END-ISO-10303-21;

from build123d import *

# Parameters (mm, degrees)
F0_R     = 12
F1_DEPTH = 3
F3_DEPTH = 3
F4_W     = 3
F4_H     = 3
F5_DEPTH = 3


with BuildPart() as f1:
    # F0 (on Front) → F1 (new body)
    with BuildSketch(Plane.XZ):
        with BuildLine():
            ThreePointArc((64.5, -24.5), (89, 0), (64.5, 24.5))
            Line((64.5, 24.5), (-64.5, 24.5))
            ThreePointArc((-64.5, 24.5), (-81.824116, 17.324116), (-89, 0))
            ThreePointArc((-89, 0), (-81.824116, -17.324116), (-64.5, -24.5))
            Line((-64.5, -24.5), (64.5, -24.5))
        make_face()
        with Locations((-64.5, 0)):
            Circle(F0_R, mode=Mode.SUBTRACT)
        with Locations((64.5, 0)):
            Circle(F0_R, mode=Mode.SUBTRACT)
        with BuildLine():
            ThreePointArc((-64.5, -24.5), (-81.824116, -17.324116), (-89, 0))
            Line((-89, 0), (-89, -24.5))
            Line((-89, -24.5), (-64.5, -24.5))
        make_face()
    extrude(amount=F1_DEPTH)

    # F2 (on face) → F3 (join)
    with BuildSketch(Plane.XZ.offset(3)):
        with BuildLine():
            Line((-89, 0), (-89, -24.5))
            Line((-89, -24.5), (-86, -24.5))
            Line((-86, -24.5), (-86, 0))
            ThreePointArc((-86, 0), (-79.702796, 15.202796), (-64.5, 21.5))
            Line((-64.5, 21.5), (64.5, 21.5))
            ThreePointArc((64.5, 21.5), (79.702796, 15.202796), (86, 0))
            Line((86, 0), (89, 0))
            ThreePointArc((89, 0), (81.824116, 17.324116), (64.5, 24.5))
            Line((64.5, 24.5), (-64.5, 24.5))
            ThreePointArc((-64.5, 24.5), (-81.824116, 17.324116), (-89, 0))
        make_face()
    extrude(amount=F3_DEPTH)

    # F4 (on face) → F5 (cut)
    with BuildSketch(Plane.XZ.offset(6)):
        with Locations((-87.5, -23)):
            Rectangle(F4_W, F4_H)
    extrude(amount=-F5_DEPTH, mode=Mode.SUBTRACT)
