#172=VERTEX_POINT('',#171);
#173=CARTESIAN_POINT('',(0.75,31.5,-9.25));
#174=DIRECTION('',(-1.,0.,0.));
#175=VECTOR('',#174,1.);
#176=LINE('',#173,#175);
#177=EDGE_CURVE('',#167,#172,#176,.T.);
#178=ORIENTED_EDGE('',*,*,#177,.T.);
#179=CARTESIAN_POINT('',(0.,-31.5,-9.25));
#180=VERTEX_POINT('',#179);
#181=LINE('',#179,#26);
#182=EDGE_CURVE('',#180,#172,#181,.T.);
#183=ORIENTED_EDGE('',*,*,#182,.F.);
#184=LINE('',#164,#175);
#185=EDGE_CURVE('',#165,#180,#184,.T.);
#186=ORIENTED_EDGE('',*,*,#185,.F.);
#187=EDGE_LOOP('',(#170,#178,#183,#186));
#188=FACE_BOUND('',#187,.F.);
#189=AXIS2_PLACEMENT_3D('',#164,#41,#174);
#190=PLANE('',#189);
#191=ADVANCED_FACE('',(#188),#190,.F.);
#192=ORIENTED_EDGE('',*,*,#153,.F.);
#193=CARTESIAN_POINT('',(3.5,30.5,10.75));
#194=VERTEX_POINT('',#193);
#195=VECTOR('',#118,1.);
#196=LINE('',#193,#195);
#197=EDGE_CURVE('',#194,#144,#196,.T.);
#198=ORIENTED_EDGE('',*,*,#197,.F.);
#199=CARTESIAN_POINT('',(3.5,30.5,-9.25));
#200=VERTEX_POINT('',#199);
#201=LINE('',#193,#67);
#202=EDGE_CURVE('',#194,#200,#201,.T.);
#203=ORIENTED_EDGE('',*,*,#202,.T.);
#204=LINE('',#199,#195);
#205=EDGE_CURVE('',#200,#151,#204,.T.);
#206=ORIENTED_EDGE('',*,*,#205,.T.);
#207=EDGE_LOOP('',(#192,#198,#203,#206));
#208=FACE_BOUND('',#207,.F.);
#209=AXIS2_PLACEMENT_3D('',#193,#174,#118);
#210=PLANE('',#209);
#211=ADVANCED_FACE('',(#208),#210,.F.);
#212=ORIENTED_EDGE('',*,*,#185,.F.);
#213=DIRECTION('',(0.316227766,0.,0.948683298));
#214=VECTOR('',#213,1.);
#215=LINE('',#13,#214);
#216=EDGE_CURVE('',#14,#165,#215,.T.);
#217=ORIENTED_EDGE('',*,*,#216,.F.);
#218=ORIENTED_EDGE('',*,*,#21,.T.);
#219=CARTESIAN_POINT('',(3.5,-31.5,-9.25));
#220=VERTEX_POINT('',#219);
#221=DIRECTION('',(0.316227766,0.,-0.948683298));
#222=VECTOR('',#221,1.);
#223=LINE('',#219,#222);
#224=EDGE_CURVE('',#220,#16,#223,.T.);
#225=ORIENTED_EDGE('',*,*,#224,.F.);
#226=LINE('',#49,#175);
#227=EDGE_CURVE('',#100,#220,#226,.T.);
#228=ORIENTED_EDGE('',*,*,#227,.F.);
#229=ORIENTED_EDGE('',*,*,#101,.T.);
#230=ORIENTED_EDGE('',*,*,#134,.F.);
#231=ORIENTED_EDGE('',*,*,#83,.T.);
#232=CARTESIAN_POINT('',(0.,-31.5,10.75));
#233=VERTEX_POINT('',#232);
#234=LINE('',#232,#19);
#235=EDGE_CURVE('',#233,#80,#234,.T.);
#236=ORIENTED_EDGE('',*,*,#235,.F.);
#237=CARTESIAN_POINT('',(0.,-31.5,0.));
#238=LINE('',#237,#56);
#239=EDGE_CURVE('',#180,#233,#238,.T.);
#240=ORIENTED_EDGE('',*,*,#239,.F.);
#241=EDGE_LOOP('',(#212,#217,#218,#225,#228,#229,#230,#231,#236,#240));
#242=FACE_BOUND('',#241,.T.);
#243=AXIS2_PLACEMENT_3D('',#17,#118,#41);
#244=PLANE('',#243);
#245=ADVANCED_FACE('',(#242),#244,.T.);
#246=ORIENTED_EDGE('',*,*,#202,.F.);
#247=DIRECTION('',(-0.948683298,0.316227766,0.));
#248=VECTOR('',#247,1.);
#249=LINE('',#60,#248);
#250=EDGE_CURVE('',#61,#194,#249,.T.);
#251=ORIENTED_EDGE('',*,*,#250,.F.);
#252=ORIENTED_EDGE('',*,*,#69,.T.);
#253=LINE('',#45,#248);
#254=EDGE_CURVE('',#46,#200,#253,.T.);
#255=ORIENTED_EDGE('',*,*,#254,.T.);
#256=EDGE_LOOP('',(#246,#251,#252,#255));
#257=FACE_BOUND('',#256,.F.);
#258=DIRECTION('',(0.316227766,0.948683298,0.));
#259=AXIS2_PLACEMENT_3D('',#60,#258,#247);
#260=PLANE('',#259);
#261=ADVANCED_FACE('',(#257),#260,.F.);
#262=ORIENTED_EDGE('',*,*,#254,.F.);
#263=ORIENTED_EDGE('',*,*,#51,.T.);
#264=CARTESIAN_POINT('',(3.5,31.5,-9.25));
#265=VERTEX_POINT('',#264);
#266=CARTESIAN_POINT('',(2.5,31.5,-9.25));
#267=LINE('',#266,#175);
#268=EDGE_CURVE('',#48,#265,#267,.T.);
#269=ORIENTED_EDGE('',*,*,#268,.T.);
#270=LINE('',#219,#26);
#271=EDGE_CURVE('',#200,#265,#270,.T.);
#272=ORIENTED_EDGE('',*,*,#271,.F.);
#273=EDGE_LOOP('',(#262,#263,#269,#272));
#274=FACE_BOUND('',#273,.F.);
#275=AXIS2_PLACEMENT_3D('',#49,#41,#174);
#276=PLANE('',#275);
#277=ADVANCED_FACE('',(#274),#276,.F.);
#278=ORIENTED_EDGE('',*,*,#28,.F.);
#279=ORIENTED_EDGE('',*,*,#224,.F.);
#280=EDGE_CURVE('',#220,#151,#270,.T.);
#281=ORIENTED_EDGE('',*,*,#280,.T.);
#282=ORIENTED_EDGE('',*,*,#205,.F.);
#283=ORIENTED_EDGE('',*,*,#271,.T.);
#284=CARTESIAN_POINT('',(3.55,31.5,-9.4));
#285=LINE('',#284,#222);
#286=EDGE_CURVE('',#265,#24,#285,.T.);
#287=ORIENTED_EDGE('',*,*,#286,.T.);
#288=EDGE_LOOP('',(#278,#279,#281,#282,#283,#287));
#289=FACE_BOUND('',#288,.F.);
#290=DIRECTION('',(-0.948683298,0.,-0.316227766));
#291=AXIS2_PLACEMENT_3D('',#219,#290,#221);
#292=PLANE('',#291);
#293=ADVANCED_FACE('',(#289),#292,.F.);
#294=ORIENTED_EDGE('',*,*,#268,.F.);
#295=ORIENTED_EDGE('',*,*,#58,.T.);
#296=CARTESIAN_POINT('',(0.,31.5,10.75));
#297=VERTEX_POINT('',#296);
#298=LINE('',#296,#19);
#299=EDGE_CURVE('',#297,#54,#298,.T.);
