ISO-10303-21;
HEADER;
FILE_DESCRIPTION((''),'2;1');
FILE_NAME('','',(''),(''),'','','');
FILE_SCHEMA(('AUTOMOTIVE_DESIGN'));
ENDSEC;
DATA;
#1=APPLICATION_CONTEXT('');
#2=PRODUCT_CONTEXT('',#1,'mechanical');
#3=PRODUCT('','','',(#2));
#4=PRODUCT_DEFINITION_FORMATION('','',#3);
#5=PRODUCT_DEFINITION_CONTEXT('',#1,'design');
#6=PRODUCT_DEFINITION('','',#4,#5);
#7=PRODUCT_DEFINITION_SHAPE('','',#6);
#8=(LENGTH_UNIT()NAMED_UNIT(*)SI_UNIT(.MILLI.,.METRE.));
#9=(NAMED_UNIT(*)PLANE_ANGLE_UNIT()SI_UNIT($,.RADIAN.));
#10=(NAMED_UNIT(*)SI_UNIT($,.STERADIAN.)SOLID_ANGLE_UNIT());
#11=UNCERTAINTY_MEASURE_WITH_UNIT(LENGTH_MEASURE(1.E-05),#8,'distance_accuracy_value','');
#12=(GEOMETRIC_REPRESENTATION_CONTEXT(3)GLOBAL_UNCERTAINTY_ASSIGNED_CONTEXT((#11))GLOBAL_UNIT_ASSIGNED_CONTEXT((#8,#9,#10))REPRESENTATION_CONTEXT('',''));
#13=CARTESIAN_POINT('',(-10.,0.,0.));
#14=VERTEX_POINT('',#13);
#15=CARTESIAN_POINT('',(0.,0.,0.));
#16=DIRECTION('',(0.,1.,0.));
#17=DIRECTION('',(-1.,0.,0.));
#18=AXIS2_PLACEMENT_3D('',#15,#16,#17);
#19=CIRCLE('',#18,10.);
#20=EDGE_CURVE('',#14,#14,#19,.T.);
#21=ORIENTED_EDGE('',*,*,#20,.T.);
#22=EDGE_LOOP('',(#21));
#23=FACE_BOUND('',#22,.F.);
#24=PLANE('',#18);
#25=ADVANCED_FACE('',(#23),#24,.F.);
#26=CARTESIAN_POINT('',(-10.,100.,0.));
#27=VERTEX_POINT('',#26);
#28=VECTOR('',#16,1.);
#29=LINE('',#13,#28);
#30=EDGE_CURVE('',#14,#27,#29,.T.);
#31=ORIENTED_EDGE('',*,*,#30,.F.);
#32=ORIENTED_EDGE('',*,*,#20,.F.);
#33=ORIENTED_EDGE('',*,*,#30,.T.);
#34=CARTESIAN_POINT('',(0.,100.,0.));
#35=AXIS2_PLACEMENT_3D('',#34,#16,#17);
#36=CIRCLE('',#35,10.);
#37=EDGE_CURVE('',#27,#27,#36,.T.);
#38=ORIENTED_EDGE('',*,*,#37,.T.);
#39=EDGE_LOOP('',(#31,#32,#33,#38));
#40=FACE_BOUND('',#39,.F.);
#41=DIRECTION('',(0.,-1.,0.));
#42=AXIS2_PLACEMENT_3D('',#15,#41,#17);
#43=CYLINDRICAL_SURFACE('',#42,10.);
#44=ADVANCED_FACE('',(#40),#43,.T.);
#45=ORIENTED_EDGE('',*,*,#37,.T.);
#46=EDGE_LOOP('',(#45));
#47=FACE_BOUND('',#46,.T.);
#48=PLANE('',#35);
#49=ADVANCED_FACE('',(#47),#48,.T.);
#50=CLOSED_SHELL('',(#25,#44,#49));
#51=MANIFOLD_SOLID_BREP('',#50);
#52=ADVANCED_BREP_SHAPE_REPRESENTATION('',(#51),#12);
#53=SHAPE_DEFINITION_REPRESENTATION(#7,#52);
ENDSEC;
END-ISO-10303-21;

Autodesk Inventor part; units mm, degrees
ref_plane "YZ Plane" through (0, 0, 0) normal (1, 0, 0) x (0, 1, 0)
ref_plane "XZ Plane" through (0, 0, 0) normal (0, 1, 0) x (-1, 0, 0)
ref_plane "XY Plane" through (0, 0, 0) normal (0, 0, 1) x (1, 0, 0)
sketch "Sketch1" plane through (0, 0, 0) normal (0, 1, 0) x (-1, 0, 0)
  circle A0 centre (0, 0) radius 10
  dimension "d0" = 20
extrude "Extrusion1" add sketch "Sketch1" along normal blind 100
properties part number "foot_big"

- [Your goal] Say how many lines in the listing above hold "amount". Give the number only.

- [Task output] 3